Henry Chesbrough (2003) was the first scholar who coined the concept of open innovation as the use of inward and outward knowledge flows in order to expedite the process of internal innovation, and market expansion for the external use of innovation (1). Firms are progressively using this new paradigm by opening their borders to collaborate and exchange knowledge with their stakeholders, in order to utilize mutual resources and capabilities and to accelerate the commercialization of innovation (2). Open innovation is a concept that, despite being young, has attracted so much attention both theoretically and operationally. One of the main reasons is that this concept fits well with many trends in the fields of innovation and management (3).

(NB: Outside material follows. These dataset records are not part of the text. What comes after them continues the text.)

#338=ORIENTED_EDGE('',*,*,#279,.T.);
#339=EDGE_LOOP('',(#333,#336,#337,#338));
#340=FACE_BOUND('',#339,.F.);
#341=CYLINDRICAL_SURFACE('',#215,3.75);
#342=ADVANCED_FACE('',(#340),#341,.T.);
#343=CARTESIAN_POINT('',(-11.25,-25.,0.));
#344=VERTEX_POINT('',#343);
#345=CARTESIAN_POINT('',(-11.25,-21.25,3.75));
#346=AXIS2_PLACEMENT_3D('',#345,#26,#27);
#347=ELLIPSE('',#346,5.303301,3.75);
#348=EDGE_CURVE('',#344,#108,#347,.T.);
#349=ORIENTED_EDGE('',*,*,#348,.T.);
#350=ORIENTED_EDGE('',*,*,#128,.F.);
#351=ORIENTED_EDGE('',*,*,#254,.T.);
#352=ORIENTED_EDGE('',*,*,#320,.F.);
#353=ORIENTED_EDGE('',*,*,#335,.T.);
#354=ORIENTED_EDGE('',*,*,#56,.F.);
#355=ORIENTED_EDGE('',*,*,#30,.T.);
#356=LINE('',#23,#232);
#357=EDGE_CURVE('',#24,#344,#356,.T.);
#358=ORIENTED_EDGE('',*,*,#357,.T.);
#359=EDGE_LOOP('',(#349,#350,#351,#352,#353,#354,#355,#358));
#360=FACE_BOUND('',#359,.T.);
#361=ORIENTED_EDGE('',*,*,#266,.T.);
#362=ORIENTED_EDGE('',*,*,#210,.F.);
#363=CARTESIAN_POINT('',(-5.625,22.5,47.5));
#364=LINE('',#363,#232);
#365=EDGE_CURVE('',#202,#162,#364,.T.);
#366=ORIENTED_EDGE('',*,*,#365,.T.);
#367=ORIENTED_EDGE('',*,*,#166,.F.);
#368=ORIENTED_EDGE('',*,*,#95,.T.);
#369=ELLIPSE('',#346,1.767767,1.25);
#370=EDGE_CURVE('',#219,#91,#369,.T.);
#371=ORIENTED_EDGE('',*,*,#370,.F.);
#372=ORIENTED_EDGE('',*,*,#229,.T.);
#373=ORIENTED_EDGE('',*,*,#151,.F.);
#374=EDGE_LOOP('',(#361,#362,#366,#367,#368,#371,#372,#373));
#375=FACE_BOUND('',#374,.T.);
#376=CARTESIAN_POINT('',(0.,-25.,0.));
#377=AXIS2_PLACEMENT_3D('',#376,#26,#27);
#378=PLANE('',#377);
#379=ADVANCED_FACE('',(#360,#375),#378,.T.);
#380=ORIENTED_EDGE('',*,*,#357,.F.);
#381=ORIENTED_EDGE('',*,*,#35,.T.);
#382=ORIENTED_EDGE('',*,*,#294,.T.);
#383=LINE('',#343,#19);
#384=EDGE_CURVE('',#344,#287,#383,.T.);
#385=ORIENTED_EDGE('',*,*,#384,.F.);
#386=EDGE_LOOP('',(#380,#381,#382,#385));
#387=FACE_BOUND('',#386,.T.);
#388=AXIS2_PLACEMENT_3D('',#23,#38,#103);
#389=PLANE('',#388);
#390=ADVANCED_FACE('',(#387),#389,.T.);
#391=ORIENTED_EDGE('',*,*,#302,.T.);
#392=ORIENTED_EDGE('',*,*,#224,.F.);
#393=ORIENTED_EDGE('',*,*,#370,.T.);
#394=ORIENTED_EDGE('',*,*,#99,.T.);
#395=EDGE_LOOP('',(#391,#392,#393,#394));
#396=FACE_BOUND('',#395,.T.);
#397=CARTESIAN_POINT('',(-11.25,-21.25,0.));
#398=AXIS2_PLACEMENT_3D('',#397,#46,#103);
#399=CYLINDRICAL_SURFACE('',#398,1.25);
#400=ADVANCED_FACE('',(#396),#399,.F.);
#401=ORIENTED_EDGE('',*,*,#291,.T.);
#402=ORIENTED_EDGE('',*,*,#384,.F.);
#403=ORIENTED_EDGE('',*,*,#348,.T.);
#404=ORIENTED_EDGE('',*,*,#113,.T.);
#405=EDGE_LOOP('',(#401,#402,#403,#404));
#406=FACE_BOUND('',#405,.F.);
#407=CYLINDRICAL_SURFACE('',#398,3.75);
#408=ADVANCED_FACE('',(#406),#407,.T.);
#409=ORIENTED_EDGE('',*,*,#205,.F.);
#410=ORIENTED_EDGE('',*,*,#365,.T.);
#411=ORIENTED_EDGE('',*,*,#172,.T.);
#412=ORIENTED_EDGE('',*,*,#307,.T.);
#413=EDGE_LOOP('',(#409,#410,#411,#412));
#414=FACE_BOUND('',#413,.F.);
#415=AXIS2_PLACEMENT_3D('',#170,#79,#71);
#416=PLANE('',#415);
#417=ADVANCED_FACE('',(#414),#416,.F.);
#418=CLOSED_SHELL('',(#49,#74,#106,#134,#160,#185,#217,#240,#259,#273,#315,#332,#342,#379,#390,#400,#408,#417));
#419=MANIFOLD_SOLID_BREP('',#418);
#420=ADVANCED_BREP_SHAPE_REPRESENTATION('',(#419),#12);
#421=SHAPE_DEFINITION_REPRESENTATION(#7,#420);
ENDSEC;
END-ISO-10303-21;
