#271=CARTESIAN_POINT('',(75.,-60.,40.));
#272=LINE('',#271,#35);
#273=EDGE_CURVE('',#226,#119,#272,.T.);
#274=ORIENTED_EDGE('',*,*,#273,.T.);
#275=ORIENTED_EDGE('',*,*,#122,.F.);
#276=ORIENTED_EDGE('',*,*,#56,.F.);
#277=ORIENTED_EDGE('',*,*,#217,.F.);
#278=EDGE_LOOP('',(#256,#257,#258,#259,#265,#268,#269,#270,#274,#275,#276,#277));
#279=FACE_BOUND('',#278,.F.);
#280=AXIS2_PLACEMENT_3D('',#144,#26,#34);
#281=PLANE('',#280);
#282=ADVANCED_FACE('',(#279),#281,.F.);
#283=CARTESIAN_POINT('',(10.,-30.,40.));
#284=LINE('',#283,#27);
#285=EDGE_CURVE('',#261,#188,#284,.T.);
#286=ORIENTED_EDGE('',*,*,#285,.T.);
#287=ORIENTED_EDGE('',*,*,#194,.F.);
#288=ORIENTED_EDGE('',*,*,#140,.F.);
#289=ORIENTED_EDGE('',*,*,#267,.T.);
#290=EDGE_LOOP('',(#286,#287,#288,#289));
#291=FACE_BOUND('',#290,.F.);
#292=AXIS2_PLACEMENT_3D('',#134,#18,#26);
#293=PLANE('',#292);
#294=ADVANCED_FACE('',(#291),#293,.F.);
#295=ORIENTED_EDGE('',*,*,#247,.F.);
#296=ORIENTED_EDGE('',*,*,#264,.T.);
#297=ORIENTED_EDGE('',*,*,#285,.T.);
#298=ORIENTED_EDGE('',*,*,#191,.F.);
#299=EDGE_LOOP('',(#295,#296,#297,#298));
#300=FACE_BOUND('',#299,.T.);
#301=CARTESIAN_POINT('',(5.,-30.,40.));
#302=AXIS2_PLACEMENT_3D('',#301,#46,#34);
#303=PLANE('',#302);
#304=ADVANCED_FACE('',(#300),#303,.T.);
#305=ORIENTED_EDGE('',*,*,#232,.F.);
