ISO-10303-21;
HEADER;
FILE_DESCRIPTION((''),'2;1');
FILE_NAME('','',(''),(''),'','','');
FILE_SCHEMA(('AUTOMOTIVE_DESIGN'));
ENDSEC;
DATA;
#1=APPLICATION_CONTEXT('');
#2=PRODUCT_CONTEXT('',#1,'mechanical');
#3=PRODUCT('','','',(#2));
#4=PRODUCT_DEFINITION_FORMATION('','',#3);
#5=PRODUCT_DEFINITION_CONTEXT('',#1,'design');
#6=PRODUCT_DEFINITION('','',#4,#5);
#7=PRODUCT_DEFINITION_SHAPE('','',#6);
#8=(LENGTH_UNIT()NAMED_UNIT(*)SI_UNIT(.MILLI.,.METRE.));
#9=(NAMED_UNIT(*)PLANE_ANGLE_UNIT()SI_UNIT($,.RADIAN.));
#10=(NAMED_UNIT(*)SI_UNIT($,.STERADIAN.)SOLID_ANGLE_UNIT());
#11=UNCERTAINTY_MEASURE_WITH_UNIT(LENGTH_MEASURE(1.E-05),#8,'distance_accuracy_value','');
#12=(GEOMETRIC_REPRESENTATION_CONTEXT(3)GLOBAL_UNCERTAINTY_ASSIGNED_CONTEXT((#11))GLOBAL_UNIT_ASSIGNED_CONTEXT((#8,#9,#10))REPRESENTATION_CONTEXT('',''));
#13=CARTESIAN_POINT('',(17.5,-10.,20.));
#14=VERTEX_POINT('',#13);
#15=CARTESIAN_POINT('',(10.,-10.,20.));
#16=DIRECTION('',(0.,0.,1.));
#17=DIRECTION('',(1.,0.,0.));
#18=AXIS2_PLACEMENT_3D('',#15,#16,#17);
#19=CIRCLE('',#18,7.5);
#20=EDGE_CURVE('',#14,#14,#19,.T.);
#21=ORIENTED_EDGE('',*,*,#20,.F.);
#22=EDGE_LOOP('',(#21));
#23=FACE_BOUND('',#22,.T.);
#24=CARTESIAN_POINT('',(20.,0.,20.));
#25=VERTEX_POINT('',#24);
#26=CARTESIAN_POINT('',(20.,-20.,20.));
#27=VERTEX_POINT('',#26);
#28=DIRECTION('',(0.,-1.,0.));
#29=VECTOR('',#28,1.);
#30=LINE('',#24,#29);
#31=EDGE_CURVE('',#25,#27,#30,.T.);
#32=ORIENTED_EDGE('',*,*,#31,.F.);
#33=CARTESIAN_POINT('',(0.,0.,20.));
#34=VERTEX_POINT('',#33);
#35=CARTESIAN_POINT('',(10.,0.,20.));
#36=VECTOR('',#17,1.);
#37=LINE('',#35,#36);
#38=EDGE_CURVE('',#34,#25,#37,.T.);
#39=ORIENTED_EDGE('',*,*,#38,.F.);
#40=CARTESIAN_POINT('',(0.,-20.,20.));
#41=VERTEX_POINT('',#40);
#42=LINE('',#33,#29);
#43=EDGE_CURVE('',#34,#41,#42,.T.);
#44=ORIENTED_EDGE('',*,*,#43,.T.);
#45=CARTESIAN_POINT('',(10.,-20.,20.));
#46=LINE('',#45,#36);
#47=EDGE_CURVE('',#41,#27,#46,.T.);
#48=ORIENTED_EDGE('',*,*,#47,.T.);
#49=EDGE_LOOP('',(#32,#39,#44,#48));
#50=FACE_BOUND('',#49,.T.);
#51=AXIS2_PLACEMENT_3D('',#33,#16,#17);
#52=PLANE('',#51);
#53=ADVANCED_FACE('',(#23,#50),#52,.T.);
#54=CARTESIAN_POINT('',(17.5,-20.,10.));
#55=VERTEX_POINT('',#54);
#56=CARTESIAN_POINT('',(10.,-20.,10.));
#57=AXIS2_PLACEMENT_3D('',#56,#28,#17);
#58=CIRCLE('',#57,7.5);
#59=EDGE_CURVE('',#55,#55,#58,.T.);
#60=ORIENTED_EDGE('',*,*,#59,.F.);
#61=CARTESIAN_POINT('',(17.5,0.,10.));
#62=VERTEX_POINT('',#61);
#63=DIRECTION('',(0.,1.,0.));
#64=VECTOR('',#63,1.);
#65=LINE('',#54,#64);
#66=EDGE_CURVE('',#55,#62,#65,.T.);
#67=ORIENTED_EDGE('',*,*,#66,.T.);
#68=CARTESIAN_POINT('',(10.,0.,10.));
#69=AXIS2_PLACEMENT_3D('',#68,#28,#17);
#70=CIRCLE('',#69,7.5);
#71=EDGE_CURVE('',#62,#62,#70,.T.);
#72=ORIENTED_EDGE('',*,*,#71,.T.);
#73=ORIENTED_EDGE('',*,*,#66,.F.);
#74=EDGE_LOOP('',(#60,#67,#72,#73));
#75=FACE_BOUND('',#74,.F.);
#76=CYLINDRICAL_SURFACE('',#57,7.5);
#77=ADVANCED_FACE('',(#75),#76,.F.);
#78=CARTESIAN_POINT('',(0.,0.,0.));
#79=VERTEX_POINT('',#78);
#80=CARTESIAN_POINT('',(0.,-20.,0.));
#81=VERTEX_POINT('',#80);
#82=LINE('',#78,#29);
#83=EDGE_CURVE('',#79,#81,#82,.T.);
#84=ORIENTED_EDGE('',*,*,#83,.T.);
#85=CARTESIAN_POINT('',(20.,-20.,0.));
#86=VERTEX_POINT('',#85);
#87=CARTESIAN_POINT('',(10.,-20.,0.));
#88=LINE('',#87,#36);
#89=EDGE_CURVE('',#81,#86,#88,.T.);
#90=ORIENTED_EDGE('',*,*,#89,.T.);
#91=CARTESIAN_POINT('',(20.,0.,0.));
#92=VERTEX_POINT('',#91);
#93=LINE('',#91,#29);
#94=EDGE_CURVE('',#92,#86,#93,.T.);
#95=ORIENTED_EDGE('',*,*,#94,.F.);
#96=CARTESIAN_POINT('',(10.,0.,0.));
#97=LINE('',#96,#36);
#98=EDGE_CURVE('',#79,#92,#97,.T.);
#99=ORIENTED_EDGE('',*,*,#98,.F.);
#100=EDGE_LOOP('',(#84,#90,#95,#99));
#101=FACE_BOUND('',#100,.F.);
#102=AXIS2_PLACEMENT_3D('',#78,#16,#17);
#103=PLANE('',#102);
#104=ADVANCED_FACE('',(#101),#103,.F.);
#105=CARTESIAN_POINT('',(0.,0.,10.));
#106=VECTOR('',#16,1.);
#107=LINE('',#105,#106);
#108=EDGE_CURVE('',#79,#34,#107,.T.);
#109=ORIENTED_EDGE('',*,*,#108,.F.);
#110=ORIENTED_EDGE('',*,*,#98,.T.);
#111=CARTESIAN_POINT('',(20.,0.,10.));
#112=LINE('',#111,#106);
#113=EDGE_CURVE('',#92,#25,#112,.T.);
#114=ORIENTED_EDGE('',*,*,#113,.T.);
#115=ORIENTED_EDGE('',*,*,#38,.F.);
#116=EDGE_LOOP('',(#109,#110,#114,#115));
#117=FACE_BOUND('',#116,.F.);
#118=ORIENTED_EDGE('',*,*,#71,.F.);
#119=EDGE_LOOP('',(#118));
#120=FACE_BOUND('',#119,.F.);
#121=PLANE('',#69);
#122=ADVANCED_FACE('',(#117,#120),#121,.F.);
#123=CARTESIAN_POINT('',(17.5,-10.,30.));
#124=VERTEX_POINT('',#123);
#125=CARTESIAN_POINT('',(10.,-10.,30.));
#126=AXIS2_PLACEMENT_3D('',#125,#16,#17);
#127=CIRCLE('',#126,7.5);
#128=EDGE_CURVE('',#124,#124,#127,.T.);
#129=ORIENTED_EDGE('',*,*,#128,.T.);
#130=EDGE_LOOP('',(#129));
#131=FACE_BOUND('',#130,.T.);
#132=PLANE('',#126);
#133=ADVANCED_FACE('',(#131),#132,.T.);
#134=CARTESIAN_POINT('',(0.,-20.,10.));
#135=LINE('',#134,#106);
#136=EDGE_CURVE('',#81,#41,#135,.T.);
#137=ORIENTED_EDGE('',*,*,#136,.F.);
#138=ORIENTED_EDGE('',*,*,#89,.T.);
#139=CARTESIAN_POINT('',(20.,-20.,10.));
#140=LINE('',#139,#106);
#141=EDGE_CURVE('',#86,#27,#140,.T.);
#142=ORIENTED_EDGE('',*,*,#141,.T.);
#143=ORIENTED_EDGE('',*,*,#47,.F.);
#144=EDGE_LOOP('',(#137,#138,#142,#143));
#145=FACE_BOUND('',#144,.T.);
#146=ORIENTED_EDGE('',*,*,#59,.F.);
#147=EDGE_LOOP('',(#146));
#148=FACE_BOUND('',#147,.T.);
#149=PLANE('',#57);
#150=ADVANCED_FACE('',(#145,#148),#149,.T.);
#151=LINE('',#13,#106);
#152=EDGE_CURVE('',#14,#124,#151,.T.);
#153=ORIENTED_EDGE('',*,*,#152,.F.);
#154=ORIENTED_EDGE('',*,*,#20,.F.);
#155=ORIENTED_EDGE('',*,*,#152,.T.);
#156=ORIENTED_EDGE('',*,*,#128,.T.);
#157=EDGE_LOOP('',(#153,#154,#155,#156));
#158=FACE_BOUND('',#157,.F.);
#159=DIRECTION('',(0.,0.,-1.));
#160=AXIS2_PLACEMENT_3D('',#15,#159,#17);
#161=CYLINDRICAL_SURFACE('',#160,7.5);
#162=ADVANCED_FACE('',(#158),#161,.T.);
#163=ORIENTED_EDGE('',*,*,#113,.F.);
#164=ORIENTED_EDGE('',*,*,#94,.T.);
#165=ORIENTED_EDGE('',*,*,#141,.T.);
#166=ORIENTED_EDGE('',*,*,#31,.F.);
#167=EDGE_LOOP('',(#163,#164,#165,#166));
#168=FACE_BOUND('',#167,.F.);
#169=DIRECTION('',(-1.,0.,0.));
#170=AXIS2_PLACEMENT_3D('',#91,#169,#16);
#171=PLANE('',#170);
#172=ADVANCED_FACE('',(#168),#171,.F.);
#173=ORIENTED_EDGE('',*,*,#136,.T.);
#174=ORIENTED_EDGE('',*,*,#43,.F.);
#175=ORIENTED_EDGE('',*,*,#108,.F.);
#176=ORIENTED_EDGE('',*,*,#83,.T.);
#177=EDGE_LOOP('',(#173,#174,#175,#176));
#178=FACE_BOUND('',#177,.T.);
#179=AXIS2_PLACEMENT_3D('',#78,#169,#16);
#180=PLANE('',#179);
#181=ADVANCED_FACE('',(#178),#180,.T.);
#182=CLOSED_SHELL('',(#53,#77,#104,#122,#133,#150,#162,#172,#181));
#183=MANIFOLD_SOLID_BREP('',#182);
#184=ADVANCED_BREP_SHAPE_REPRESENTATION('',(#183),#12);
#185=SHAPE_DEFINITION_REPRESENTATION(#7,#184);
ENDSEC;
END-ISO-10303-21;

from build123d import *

# Parameters (mm, degrees)
F0_W     = 20
F0_H     = 20
F1_DEPTH = 20
F2_R     = 7.5
F3_DEPTH = 10
F4_R     = 7.5
F5_DEPTH = 25


with BuildPart() as f1:
    # F0 (on Front) → F1 (new body)
    with BuildSketch(Plane.XZ):
        with Locations((10, 10)):
            Rectangle(F0_W, F0_H)
    extrude(amount=F1_DEPTH)

    # F2 (on face) → F3 (join)
    with BuildSketch(Plane.XY.offset(20)):
        with Locations((10, -10)):
            Circle(F2_R)
    extrude(amount=F3_DEPTH)

    # F4 (on face) → F5 (cut)
    with BuildSketch(Plane.XZ.offset(20)):
        with Locations((10, 10)):
            Circle(F4_R)
    extrude(amount=-F5_DEPTH, mode=Mode.SUBTRACT)


solid = f1.part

Companies have a variety of closed- to open- innovation activities, so their innovation performance would be the outcome of these hybrid activities. Previous studies mainly focused on the impact of open innovation or its related activities on innovation performance which is different to open innovation performance. For instance the relationship of openness to external sources or search channels with innovation performance, the relationship between open innovation and various dimensions of innovation performance, and the relationship between openness to various partners in inbound open innovation collaborations with innovation performance have been examined before (4-6).

Although the inward flow of knowledge, i.e., absorptive capacity, has been extensively investigated in prior researches, its counterpart, the outward flow of knowledge, in other words, the desorptive capacity of a firm, is still under-researched (7). Due to the greater emphasis on the outside-in process of open innovation than the inside-out process of it, the relationship between desorptive capacity and the firm’s performance has not been sufficiently addressed (8).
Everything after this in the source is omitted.